在本章,我们将带领读者对欧洲和中国的经济史进行比对。我们从一开始就努力地另辟蹊径,因为许多传统的研究路径不是将人们引入死胡同,就是带着人们原地打转。
精打细算与贫穷
19世纪初期,马尔萨斯对于农业经济的研究贡献良多,他的理论重在揭示英国和其他地区人口与生活水平的协同变化(Malthus[1806]1992)。马尔萨斯的理论揭示了人口与经济之间的长期互动,但是他的研究存在几个缺陷:一是对英国以外的地区缺乏坚实的证据;二是存在一种文化上的偏见,认为凡是英国的就是好的;三是研究方法上存在着一个严重的谬误。事实上,他将社会结构与经济绩效的短期互动(例如英国核心家庭与早期工业化)夸大为放之四海皆准的规律(即核心家庭对于任何地区的经济增长都是必须的)。由于他的结论极具吸引力,所以较少有人对其中的比较模型提出质疑。以至于不管是在理论上还是在具体内容上,他的研究对今天的比较经济学研究仍然影响至深。

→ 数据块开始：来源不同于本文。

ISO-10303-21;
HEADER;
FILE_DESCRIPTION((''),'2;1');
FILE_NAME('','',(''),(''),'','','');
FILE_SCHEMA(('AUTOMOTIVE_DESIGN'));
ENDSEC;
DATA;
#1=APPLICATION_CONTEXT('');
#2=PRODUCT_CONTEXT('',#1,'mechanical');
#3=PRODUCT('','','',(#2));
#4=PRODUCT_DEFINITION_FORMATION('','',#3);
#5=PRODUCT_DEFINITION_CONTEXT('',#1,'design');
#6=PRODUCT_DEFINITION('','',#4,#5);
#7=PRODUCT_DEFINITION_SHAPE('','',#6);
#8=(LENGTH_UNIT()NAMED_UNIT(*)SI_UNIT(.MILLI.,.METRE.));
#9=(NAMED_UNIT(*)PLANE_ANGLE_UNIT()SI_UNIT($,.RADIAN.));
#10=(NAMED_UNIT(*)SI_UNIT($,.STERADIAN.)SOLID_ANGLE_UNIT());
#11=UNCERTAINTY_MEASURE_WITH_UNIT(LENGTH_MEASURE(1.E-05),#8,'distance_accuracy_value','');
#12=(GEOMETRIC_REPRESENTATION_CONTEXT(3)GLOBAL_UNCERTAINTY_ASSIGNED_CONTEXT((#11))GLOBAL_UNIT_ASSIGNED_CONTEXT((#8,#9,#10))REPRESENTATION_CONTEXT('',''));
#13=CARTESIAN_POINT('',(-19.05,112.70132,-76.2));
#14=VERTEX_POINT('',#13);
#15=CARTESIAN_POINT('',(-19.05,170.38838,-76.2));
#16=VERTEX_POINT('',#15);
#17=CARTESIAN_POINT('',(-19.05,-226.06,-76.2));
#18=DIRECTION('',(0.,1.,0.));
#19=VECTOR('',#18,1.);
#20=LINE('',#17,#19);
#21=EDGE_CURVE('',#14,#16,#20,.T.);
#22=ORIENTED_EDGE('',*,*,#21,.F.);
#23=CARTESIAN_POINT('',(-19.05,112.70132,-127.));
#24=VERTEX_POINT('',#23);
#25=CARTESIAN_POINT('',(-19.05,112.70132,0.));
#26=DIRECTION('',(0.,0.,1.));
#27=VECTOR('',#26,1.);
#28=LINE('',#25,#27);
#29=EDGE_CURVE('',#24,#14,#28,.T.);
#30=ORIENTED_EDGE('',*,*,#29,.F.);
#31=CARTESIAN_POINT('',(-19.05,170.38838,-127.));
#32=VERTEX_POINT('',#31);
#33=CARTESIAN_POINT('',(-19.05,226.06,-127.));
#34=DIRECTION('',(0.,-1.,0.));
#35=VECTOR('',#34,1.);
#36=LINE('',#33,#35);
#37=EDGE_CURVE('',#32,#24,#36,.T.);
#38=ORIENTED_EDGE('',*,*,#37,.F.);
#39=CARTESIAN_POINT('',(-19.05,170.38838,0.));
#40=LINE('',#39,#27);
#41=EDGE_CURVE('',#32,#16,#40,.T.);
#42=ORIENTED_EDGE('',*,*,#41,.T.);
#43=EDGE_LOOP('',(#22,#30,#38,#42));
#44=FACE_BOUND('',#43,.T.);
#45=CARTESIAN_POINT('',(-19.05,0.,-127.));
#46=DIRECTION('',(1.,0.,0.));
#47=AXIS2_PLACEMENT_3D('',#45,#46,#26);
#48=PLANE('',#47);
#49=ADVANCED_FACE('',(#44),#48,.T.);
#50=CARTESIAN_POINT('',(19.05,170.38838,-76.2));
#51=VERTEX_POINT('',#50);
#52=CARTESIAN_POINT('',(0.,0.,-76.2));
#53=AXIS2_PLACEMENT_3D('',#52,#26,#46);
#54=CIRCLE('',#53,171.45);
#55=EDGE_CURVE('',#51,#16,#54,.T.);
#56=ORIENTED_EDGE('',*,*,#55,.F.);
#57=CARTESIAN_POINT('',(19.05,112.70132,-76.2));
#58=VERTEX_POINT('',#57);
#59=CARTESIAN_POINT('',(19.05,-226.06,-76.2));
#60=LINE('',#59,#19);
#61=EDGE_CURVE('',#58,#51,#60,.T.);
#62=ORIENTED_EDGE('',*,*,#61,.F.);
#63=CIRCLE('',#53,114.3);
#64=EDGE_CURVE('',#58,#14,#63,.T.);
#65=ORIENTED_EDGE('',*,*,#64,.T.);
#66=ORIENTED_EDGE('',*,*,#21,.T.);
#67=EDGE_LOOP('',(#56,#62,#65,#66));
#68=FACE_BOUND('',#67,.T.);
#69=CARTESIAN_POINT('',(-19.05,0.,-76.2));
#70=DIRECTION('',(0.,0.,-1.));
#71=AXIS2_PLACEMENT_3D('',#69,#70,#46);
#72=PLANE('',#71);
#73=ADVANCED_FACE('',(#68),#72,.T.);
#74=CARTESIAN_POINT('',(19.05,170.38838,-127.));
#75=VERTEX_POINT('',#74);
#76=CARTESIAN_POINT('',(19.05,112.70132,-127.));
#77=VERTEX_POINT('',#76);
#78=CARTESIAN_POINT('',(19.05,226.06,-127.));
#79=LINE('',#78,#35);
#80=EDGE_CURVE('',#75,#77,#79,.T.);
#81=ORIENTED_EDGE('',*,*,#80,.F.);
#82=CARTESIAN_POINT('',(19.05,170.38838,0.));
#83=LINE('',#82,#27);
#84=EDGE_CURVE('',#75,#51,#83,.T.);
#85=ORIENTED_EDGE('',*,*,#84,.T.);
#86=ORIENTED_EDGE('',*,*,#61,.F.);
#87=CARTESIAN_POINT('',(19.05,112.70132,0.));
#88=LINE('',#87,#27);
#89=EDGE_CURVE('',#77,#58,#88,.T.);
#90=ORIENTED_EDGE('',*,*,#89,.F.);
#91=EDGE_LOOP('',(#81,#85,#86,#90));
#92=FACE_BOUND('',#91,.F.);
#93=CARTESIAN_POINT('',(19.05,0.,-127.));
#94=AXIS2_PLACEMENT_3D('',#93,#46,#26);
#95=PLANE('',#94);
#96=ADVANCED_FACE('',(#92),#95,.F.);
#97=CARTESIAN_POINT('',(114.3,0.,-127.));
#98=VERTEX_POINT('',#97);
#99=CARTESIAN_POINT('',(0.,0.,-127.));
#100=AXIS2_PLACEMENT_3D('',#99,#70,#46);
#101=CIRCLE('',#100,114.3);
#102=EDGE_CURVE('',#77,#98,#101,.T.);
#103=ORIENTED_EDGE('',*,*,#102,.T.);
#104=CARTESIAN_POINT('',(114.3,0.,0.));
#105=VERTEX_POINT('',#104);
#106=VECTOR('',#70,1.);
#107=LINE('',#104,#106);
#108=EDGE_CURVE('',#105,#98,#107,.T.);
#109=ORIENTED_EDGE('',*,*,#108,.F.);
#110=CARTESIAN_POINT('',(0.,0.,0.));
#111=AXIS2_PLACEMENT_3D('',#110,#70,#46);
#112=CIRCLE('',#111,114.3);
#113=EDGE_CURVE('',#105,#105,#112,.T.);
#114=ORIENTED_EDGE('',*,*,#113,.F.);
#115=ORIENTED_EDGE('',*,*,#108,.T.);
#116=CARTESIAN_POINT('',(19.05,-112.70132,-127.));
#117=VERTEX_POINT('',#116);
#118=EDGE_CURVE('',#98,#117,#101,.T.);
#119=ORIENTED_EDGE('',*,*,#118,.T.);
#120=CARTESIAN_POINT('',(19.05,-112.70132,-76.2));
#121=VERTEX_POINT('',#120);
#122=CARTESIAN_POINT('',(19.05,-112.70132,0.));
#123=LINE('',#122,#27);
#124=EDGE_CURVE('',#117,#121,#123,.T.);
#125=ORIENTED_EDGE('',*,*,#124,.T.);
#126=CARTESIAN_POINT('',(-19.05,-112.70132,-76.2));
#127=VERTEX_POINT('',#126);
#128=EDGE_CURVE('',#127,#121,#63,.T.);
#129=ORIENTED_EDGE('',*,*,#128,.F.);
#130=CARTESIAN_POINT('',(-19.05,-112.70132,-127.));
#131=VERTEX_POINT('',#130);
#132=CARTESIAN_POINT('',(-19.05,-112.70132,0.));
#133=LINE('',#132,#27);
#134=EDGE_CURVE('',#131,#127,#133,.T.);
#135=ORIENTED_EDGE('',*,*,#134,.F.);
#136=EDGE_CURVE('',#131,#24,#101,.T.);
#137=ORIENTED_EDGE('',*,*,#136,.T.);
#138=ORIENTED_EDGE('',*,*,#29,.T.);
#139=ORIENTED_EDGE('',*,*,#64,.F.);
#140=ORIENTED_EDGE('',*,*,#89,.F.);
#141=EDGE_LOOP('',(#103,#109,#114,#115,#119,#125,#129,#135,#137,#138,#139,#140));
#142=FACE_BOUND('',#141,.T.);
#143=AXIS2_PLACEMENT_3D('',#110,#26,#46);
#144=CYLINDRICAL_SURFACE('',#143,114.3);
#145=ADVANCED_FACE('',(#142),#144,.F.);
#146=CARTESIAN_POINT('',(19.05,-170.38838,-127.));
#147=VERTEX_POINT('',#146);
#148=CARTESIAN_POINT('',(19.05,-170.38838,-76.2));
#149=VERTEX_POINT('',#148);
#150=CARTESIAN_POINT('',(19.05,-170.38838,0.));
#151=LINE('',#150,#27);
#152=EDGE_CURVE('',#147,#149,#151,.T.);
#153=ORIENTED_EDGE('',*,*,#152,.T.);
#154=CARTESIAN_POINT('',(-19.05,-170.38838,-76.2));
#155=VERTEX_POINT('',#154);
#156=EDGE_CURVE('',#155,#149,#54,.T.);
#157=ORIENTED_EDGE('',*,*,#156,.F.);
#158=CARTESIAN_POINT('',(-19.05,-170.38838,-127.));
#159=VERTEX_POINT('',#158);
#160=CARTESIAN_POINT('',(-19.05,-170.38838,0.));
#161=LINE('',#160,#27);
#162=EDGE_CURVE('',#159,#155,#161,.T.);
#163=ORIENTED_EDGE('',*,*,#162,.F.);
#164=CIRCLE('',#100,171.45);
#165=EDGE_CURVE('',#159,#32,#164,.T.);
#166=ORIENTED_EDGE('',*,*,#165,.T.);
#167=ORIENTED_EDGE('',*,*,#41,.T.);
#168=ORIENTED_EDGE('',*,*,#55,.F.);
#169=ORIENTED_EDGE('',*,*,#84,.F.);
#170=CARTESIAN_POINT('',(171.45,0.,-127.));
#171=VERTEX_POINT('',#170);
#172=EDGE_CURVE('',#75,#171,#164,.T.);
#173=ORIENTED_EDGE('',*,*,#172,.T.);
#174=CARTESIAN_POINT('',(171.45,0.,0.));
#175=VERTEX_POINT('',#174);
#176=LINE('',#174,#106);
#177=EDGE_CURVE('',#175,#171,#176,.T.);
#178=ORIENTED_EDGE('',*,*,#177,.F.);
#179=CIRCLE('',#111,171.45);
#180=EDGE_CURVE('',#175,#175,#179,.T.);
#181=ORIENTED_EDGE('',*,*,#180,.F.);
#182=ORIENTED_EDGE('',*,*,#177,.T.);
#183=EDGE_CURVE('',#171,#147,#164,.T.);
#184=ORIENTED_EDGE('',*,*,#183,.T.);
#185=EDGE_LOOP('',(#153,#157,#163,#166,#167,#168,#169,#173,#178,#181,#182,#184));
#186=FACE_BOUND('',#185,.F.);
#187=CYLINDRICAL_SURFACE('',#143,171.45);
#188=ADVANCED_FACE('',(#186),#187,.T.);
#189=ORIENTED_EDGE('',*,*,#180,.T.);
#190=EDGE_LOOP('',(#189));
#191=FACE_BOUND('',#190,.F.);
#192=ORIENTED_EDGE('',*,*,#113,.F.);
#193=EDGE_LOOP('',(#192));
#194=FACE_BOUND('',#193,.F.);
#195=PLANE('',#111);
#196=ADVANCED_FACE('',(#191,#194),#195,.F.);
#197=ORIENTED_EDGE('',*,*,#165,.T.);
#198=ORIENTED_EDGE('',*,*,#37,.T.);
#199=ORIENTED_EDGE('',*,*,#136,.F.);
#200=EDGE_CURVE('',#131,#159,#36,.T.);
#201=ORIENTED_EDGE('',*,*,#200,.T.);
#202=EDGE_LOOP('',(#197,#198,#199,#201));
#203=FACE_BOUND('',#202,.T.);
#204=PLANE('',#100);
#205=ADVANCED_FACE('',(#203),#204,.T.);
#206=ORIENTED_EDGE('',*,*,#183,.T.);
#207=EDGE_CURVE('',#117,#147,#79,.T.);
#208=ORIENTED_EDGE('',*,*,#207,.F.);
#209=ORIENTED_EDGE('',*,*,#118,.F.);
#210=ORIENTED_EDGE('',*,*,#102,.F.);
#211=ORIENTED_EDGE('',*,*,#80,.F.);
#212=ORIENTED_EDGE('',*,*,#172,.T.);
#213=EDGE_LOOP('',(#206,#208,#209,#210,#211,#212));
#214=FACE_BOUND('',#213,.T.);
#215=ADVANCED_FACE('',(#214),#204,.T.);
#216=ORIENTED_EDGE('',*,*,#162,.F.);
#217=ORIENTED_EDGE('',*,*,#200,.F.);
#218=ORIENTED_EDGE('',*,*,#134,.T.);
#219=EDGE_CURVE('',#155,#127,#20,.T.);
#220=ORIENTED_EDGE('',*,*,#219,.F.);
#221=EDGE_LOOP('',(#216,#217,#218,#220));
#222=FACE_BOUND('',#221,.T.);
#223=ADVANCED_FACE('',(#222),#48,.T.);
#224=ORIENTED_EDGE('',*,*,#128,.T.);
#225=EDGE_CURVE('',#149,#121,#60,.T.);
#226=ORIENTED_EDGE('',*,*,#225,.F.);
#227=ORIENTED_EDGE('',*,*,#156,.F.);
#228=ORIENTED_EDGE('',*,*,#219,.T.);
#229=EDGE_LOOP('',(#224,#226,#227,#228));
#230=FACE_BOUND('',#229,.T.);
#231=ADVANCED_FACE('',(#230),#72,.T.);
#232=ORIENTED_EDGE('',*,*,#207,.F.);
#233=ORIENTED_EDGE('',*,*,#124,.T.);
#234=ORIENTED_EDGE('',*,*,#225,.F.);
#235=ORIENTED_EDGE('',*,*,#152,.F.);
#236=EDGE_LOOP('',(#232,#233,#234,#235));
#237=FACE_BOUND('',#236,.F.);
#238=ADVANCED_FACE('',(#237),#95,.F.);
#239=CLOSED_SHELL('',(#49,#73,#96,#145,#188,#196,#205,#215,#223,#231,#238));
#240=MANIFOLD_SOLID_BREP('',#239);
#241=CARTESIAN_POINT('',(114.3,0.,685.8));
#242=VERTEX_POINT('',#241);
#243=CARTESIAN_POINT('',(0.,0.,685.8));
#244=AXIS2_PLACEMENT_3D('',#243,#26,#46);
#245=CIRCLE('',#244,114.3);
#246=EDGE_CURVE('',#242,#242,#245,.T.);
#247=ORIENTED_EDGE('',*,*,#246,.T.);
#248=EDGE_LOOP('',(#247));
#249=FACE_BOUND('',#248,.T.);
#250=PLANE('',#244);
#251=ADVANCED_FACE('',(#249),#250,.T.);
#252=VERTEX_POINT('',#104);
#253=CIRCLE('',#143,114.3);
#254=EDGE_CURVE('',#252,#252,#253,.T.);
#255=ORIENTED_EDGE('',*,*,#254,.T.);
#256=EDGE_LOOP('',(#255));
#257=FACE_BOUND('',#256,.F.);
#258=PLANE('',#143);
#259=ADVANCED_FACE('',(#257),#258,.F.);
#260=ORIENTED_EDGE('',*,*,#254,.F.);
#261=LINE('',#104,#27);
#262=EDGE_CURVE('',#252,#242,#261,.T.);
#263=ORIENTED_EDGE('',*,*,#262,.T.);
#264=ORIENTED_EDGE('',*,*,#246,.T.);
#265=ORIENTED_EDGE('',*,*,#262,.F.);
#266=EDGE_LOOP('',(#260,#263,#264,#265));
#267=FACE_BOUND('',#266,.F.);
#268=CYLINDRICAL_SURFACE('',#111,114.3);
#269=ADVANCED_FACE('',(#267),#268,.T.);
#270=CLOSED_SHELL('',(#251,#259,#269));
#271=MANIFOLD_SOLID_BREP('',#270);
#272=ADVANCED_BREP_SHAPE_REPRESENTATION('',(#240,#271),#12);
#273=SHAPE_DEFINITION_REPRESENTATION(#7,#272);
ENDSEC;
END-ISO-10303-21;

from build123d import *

# Parameters (mm, degrees)
F0_R     = 114.3
F1_DEPTH = 685.8
F2_R     = 171.45
F2_R_2   = 114.3
F3_DEPTH = 127
F4_W     = 38.1
F4_H     = 50.8
F5_DEPTH = 226.06


with BuildPart() as f1:
    # F0 (on Top) → F1 (new body)
    with BuildSketch(Plane.XY):
        Circle(F0_R)
    extrude(amount=F1_DEPTH)


with BuildPart() as f3:
    # F2 (on face) → F3 (new body)
    with BuildSketch(Plane(origin=(0, 0, 0), x_dir=(1, 0, 0), z_dir=(0, 0, -1))):
        Circle(F2_R)
        Circle(F2_R_2, mode=Mode.SUBTRACT)
    extrude(amount=F3_DEPTH)

    # F4 (on Front) → F5 (cut, symmetric)
    with BuildSketch(Plane.XZ):
        with Locations((0, -101.6)):
            Rectangle(F4_W, F4_H)
    extrude(amount=F5_DEPTH, both=True, mode=Mode.SUBTRACT)


solid = Compound([f1.part, f3.part])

马尔萨斯的学说之所以经久不衰,是因为它既简单又讲述着到处都在发生的事情。但就是这样一个抽象地看来无懈可击的理论,在用于解析不同国家的实际情况时,却常常显得站不住脚。他提出了四条铁律:1. 自然资源是稀缺且增长缓慢的,所以从长远来看,人口数量的增加必然伴随着人均收入的递减;2. 在许多社会中,妇女普遍早婚多育。人口通常会通过“积极抑制”(positive check)而被限制在资源能够承受的范围。这种“积极抑制”包括贫穷、高死亡率等;3. 一部分人将生育率控制在自然生育率以下,因此也相对富裕。这种“预防性抑制”(preventive check)要求相当一部分妇女晚婚甚至不婚。4. 在一个理想状态的社会中,只有能够自谋生计的人才可以结婚。也就是说,婚姻的基础是人们至少能够凭借自己或父辈的资本积累,维持一个农场或商铺。在工资水平比较高的时期,资本积累的速度也比较快,大部分人就能较早结婚,生育率也随之升高;在经济不景气的时期,人们不得不推迟结婚年龄,致使许多人少子或不婚。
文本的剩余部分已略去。